- [WORK REQUIRED]: The reply to the records below should contain exactly the lines from the line with "f 445 26 24" through the line with "f 125 361 124", and nothing besides.

(Items from a dataset)
= = =
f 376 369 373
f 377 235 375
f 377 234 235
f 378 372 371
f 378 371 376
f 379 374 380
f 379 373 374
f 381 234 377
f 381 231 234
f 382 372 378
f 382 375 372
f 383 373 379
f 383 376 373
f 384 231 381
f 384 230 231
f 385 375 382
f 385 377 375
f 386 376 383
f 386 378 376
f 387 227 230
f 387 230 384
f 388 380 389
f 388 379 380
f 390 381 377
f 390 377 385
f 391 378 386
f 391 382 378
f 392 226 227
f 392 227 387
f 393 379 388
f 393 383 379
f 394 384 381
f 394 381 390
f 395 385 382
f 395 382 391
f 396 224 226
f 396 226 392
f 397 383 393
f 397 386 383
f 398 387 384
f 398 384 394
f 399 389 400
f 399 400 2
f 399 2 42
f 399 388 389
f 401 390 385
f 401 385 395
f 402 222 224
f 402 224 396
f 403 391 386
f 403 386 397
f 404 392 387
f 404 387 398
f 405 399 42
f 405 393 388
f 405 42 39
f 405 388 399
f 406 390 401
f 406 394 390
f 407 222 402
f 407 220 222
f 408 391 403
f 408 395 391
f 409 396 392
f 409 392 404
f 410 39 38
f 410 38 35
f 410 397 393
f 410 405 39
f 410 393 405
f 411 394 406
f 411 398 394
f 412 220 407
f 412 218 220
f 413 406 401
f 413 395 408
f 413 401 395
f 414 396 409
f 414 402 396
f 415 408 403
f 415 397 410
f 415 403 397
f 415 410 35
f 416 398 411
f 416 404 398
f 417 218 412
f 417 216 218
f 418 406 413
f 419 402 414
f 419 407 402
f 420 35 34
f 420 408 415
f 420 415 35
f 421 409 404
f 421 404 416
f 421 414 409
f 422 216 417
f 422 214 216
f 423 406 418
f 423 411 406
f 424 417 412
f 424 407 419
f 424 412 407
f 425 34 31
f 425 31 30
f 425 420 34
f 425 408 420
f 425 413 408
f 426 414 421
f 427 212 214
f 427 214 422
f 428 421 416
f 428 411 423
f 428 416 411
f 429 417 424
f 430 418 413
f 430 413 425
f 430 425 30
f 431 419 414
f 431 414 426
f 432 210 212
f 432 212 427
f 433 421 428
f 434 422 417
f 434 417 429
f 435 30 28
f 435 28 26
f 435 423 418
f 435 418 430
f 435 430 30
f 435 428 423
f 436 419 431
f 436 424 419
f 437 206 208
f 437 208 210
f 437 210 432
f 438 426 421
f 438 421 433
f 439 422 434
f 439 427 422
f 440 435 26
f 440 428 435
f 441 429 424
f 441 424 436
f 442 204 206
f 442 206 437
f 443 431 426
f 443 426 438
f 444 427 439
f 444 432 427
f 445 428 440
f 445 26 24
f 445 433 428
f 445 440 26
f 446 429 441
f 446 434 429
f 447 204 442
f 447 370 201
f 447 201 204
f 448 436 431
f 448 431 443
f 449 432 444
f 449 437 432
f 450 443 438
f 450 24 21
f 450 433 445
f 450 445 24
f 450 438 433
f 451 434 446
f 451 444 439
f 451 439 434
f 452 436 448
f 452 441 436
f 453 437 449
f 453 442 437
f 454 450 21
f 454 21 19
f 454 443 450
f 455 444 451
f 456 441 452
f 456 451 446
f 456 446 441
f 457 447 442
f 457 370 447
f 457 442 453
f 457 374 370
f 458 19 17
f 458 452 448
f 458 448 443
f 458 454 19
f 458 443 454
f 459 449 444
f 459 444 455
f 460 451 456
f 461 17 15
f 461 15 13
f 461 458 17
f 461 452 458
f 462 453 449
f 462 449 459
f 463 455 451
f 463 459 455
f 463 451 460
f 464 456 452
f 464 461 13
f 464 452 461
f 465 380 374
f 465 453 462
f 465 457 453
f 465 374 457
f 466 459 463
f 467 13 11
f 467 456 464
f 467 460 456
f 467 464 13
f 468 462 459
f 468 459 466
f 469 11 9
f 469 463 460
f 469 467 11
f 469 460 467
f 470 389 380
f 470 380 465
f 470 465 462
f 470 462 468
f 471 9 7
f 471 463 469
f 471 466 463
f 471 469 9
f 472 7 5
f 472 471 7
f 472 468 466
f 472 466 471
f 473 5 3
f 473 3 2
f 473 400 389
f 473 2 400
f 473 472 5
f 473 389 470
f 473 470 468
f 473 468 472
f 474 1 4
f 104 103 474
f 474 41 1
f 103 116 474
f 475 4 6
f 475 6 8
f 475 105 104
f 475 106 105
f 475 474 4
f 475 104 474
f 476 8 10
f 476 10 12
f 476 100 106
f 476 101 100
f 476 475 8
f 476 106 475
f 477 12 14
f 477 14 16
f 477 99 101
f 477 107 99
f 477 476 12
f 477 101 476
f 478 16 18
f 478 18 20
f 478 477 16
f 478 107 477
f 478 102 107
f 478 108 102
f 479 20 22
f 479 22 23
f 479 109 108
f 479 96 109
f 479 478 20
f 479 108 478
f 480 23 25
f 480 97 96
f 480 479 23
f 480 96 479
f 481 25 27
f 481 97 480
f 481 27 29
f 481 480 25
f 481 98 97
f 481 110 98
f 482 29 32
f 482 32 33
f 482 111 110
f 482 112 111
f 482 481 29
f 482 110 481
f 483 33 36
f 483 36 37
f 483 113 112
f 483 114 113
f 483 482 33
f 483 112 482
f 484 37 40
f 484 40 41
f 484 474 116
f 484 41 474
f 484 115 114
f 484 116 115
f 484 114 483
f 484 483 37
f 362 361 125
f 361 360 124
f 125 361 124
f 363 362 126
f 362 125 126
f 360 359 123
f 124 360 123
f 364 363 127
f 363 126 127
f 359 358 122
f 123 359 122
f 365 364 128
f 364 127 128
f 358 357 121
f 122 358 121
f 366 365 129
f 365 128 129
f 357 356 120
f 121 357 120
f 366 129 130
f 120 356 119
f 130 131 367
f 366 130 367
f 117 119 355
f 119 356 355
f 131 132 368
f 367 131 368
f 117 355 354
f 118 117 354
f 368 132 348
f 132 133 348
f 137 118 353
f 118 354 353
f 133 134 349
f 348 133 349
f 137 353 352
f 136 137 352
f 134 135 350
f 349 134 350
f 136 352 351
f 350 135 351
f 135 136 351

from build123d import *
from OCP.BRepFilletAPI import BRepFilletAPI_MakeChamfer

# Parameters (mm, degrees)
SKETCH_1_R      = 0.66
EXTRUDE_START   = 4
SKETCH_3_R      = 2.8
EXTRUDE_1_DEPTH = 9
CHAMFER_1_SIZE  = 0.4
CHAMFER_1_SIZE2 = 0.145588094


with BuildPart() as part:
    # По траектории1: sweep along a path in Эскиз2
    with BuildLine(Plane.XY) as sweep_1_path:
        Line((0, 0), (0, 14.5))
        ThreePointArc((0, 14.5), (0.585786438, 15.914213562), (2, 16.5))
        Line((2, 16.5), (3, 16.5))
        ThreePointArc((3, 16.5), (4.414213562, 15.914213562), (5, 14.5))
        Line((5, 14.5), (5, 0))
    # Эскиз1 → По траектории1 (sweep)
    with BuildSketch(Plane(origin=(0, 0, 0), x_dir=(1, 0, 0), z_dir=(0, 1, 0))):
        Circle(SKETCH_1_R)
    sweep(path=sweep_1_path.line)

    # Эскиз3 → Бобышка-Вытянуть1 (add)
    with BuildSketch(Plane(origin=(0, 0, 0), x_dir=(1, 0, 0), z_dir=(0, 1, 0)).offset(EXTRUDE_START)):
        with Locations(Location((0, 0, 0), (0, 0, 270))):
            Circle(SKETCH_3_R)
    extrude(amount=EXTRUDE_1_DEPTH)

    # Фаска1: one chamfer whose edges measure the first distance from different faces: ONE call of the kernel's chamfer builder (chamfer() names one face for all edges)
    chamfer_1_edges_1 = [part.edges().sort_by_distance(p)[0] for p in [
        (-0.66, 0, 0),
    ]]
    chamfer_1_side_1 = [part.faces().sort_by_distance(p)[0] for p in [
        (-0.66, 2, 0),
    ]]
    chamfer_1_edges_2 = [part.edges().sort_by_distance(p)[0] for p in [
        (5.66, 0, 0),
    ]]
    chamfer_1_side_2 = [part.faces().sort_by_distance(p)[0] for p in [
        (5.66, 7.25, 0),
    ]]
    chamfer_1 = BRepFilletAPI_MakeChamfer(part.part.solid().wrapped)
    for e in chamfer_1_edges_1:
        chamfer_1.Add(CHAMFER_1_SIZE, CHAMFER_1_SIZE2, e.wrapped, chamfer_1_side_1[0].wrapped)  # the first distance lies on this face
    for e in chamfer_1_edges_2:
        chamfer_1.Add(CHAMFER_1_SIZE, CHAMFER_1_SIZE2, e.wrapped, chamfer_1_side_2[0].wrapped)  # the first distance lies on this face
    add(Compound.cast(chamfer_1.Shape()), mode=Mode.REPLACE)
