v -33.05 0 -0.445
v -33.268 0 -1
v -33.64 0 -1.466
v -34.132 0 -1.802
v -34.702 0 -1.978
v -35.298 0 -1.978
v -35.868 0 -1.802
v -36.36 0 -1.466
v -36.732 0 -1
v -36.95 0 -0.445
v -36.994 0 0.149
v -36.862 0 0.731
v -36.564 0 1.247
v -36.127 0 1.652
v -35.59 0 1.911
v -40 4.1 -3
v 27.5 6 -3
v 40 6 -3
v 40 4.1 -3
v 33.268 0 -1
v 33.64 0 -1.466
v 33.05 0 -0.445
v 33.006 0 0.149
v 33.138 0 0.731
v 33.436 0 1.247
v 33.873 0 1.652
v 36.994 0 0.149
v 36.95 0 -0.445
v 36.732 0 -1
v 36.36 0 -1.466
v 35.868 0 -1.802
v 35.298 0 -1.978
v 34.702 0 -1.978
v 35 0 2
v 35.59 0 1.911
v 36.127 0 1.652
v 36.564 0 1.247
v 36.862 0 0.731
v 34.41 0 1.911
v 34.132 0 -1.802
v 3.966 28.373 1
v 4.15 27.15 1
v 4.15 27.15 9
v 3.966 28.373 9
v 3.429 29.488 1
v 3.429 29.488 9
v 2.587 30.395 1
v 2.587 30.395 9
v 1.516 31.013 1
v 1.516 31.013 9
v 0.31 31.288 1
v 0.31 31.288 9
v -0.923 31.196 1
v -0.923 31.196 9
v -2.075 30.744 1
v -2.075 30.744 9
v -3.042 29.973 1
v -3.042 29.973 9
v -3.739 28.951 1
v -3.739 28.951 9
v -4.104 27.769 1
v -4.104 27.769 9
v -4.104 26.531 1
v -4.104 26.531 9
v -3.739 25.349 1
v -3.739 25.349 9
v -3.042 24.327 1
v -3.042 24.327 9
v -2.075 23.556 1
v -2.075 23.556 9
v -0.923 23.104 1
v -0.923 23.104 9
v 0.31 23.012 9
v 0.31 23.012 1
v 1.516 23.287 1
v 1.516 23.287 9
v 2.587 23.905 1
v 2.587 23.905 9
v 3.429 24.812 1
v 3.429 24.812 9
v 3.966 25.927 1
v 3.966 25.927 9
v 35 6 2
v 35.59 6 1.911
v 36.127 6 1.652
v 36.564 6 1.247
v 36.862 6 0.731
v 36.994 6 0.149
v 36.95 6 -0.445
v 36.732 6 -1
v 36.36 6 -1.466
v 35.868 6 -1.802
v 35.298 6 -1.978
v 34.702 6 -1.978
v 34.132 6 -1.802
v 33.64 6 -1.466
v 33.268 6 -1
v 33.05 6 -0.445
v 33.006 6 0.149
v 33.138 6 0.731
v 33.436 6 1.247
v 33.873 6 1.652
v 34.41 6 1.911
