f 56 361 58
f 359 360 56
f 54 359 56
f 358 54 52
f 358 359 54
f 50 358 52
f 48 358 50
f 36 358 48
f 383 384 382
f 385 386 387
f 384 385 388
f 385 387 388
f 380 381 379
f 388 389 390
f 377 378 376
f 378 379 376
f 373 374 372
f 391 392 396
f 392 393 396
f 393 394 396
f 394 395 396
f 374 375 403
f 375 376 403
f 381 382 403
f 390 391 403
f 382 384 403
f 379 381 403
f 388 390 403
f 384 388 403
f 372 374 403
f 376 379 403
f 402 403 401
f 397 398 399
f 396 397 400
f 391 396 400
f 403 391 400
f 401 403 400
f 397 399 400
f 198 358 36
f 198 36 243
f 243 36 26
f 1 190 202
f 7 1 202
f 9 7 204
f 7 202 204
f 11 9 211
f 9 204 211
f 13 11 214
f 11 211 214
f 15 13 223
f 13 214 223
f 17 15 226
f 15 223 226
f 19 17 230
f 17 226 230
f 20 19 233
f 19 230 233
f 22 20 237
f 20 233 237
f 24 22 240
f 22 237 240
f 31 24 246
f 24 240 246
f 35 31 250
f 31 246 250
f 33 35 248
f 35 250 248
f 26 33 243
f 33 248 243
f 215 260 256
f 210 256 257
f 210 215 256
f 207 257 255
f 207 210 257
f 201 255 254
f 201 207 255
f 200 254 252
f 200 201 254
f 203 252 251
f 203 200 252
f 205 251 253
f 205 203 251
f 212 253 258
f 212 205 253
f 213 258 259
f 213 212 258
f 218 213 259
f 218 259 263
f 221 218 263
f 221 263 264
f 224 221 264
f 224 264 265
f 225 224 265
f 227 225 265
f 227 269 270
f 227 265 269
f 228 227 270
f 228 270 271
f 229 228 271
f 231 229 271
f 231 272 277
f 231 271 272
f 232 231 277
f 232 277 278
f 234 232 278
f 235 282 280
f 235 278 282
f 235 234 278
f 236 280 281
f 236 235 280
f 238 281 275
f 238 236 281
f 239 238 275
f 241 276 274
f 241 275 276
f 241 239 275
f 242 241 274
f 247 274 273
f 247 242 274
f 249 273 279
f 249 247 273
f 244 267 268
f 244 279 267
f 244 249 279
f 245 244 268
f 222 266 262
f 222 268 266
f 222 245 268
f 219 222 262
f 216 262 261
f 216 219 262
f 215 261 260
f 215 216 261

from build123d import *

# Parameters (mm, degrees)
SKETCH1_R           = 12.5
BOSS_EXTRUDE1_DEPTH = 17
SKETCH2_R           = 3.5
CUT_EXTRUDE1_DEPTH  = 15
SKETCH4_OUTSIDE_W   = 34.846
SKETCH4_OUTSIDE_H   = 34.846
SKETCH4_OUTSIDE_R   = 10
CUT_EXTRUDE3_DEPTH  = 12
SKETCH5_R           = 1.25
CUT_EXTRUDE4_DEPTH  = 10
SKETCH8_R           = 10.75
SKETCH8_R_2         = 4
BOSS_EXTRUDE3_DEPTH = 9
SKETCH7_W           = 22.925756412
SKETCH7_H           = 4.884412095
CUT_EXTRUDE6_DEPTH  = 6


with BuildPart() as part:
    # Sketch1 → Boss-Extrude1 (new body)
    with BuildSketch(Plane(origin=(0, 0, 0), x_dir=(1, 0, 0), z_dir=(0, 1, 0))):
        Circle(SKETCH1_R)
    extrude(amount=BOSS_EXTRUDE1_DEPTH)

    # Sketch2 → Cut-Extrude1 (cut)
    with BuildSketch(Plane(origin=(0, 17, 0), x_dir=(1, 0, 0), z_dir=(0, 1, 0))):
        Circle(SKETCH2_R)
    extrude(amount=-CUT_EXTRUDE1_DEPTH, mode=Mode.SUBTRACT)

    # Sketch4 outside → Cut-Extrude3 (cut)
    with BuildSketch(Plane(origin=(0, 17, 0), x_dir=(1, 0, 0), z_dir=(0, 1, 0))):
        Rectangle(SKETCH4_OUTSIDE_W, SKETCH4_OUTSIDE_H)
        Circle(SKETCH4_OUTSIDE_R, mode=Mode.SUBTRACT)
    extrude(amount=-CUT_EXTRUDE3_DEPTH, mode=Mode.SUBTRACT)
= = =
- [RESPONSE]:
f 445 26 24
f 445 433 428
f 445 440 26
f 446 429 441
f 446 434 429
f 447 204 442
f 447 370 201
f 447 201 204
f 448 436 431
f 448 431 443
f 449 432 444
f 449 437 432
f 450 443 438
f 450 24 21
f 450 433 445
f 450 445 24
f 450 438 433
f 451 434 446
f 451 444 439
f 451 439 434
f 452 436 448
f 452 441 436
f 453 437 449
f 453 442 437
f 454 450 21
f 454 21 19
f 454 443 450
f 455 444 451
f 456 441 452
f 456 451 446
f 456 446 441
f 457 447 442
f 457 370 447
f 457 442 453
f 457 374 370
f 458 19 17
f 458 452 448
f 458 448 443
f 458 454 19
f 458 443 454
f 459 449 444
f 459 444 455
f 460 451 456
f 461 17 15
f 461 15 13
f 461 458 17
f 461 452 458
f 462 453 449
f 462 449 459
f 463 455 451
f 463 459 455
f 463 451 460
f 464 456 452
f 464 461 13
f 464 452 461
f 465 380 374
f 465 453 462
f 465 457 453
f 465 374 457
f 466 459 463
f 467 13 11
f 467 456 464
f 467 460 456
f 467 464 13
f 468 462 459
f 468 459 466
f 469 11 9
f 469 463 460
f 469 467 11
f 469 460 467
f 470 389 380
f 470 380 465
f 470 465 462
f 470 462 468
f 471 9 7
f 471 463 469
f 471 466 463
f 471 469 9
f 472 7 5
f 472 471 7
f 472 468 466
f 472 466 471
f 473 5 3
f 473 3 2
f 473 400 389
f 473 2 400
f 473 472 5
f 473 389 470
f 473 470 468
f 473 468 472
f 474 1 4
f 104 103 474
f 474 41 1
f 103 116 474
f 475 4 6
f 475 6 8
f 475 105 104
f 475 106 105
f 475 474 4
f 475 104 474
f 476 8 10
f 476 10 12
f 476 100 106
f 476 101 100
f 476 475 8
f 476 106 475
f 477 12 14
f 477 14 16
f 477 99 101
f 477 107 99
f 477 476 12
f 477 101 476
f 478 16 18
f 478 18 20
f 478 477 16
f 478 107 477
f 478 102 107
f 478 108 102
f 479 20 22
f 479 22 23
f 479 109 108
f 479 96 109
f 479 478 20
f 479 108 478
f 480 23 25
f 480 97 96
f 480 479 23
f 480 96 479
f 481 25 27
f 481 97 480
f 481 27 29
f 481 480 25
f 481 98 97
f 481 110 98
f 482 29 32
f 482 32 33
f 482 111 110
f 482 112 111
f 482 481 29
f 482 110 481
f 483 33 36
f 483 36 37
f 483 113 112
f 483 114 113
f 483 482 33
f 483 112 482
f 484 37 40
f 484 40 41
f 484 474 116
f 484 41 474
f 484 115 114
f 484 116 115
f 484 114 483
f 484 483 37
f 362 361 125
f 361 360 124
f 125 361 124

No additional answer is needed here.